_What to produce_
This exercise calls for the line with "#42=ORIENTED_EDGE('',*,*,#29,.T.);", the line with "#63=EDGE_LOOP('',(#62));", and all lines between them in the material below, output exactly and with no other lines.

_Entries supplied_
-=-=-=-=-

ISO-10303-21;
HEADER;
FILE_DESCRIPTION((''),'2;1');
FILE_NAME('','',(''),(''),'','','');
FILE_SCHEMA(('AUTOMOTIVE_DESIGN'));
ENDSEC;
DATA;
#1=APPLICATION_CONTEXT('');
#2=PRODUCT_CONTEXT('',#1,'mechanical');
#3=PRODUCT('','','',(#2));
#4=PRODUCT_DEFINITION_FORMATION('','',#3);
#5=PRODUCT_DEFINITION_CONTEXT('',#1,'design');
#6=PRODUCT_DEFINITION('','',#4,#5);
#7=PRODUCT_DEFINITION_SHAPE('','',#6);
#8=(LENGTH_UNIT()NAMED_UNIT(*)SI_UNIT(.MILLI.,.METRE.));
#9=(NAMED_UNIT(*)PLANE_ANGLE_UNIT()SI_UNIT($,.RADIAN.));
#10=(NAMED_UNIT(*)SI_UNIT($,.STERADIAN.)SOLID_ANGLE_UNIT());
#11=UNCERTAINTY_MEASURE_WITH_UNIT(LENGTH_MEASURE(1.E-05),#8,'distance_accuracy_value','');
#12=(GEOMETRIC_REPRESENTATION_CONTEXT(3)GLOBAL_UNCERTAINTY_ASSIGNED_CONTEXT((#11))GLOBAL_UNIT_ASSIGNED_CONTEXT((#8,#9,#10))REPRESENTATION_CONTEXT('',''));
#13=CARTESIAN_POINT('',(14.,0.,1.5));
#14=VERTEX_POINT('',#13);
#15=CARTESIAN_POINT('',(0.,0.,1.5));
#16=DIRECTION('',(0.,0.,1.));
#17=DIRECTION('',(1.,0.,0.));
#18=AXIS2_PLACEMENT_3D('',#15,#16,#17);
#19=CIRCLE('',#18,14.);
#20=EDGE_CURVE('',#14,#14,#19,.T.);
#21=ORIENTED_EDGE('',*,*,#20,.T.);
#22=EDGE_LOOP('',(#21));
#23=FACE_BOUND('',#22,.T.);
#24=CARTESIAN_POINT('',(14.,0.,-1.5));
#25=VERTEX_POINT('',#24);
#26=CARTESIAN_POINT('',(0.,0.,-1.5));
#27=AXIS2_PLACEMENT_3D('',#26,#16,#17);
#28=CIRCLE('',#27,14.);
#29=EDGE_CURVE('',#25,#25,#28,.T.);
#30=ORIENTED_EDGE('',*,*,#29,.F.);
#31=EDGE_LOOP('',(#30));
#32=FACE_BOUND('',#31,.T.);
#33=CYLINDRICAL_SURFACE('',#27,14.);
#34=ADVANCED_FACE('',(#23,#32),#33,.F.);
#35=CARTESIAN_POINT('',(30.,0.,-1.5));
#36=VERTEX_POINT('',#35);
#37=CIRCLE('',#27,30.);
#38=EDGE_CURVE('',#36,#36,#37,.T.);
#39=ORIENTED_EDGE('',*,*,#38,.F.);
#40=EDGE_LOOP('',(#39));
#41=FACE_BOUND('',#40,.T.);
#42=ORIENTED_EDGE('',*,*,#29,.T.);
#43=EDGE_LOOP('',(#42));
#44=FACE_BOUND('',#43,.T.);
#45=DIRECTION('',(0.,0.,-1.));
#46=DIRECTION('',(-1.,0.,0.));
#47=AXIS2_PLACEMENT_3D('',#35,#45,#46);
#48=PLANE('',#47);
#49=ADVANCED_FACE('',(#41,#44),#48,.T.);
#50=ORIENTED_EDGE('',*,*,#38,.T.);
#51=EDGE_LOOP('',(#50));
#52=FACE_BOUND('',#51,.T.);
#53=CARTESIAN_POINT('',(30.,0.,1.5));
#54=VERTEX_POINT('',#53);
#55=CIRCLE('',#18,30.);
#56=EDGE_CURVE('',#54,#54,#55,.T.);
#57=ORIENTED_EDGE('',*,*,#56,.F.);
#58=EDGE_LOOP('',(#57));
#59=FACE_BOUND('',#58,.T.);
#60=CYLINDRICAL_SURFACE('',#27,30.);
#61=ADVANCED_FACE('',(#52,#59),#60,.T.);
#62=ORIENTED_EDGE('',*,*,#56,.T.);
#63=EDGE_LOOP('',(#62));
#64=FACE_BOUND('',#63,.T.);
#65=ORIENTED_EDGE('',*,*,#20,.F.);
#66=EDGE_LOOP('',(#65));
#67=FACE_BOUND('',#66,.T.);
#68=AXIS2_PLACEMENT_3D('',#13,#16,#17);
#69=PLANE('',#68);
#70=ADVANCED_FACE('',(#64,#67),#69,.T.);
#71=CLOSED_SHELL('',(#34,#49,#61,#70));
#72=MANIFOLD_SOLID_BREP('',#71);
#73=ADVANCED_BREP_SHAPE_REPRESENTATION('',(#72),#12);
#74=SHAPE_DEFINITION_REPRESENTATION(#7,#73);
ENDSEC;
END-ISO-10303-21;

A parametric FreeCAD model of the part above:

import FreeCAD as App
import Part
import Sketcher

doc = App.newDocument("Part")
body = doc.addObject("PartDesign::Body", "Body")

sketch1 = body.newObject("Sketcher::SketchObject", "Sketch")
sketch1.AttachmentSupport = (doc.getObject("XZ_Plane"), [""])
sketch1.MapMode = "FlatFace"
sketch1.addGeometry(Part.LineSegment(App.Vector(14, -1.5, 0), App.Vector(14, 1.5, 0)), False)
sketch1.addGeometry(Part.LineSegment(App.Vector(14, 1.5, 0), App.Vector(30, 1.5, 0)), False)
sketch1.addGeometry(Part.LineSegment(App.Vector(30, 1.5, 0), App.Vector(30, -1.5, 0)), False)
sketch1.addGeometry(Part.LineSegment(App.Vector(30, -1.5, 0), App.Vector(14, -1.5, 0)), False)
sketch1.addConstraint(Sketcher.Constraint("Coincident", 0, 2, 1, 1))
sketch1.addConstraint(Sketcher.Constraint("Coincident", 1, 2, 2, 1))
sketch1.addConstraint(Sketcher.Constraint("Coincident", 2, 2, 3, 1))
sketch1.addConstraint(Sketcher.Constraint("Coincident", 3, 2, 0, 1))
sketch1.addConstraint(Sketcher.Constraint("Vertical", 0))
sketch1.addConstraint(Sketcher.Constraint("Horizontal", 1))
sketch1.addConstraint(Sketcher.Constraint("Vertical", 2))
sketch1.addConstraint(Sketcher.Constraint("Horizontal", 3))
sketch1.addConstraint(Sketcher.Constraint("DistanceX", 1, 1, 1, 2, 16.0))
sketch1.addConstraint(Sketcher.Constraint("DistanceY", 0, 1, 0, 2, 3.0))
sketch1.addConstraint(Sketcher.Constraint("DistanceX", -1, 1, 0, 2, 14.0))
sketch1.addConstraint(Sketcher.Constraint("DistanceY", -1, 1, 0, 2, 1.5))
revolution = body.newObject("PartDesign::Revolution", "Revolution")
revolution.Profile = sketch1
revolution.ReferenceAxis = (sketch1, ["V_Axis"])
revolution.Angle = 360

doc.recompute()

-=-=-=-=-

_Answer to this problem_
#42=ORIENTED_EDGE('',*,*,#29,.T.);
#43=EDGE_LOOP('',(#42));
#44=FACE_BOUND('',#43,.T.);
#45=DIRECTION('',(0.,0.,-1.));
#46=DIRECTION('',(-1.,0.,0.));
#47=AXIS2_PLACEMENT_3D('',#35,#45,#46);
#48=PLANE('',#47);
#49=ADVANCED_FACE('',(#41,#44),#48,.T.);
#50=ORIENTED_EDGE('',*,*,#38,.T.);
#51=EDGE_LOOP('',(#50));
#52=FACE_BOUND('',#51,.T.);
#53=CARTESIAN_POINT('',(30.,0.,1.5));
#54=VERTEX_POINT('',#53);
#55=CIRCLE('',#18,30.);
#56=EDGE_CURVE('',#54,#54,#55,.T.);
#57=ORIENTED_EDGE('',*,*,#56,.F.);
#58=EDGE_LOOP('',(#57));
#59=FACE_BOUND('',#58,.T.);
#60=CYLINDRICAL_SURFACE('',#27,30.);
#61=ADVANCED_FACE('',(#52,#59),#60,.T.);
#62=ORIENTED_EDGE('',*,*,#56,.T.);
#63=EDGE_LOOP('',(#62));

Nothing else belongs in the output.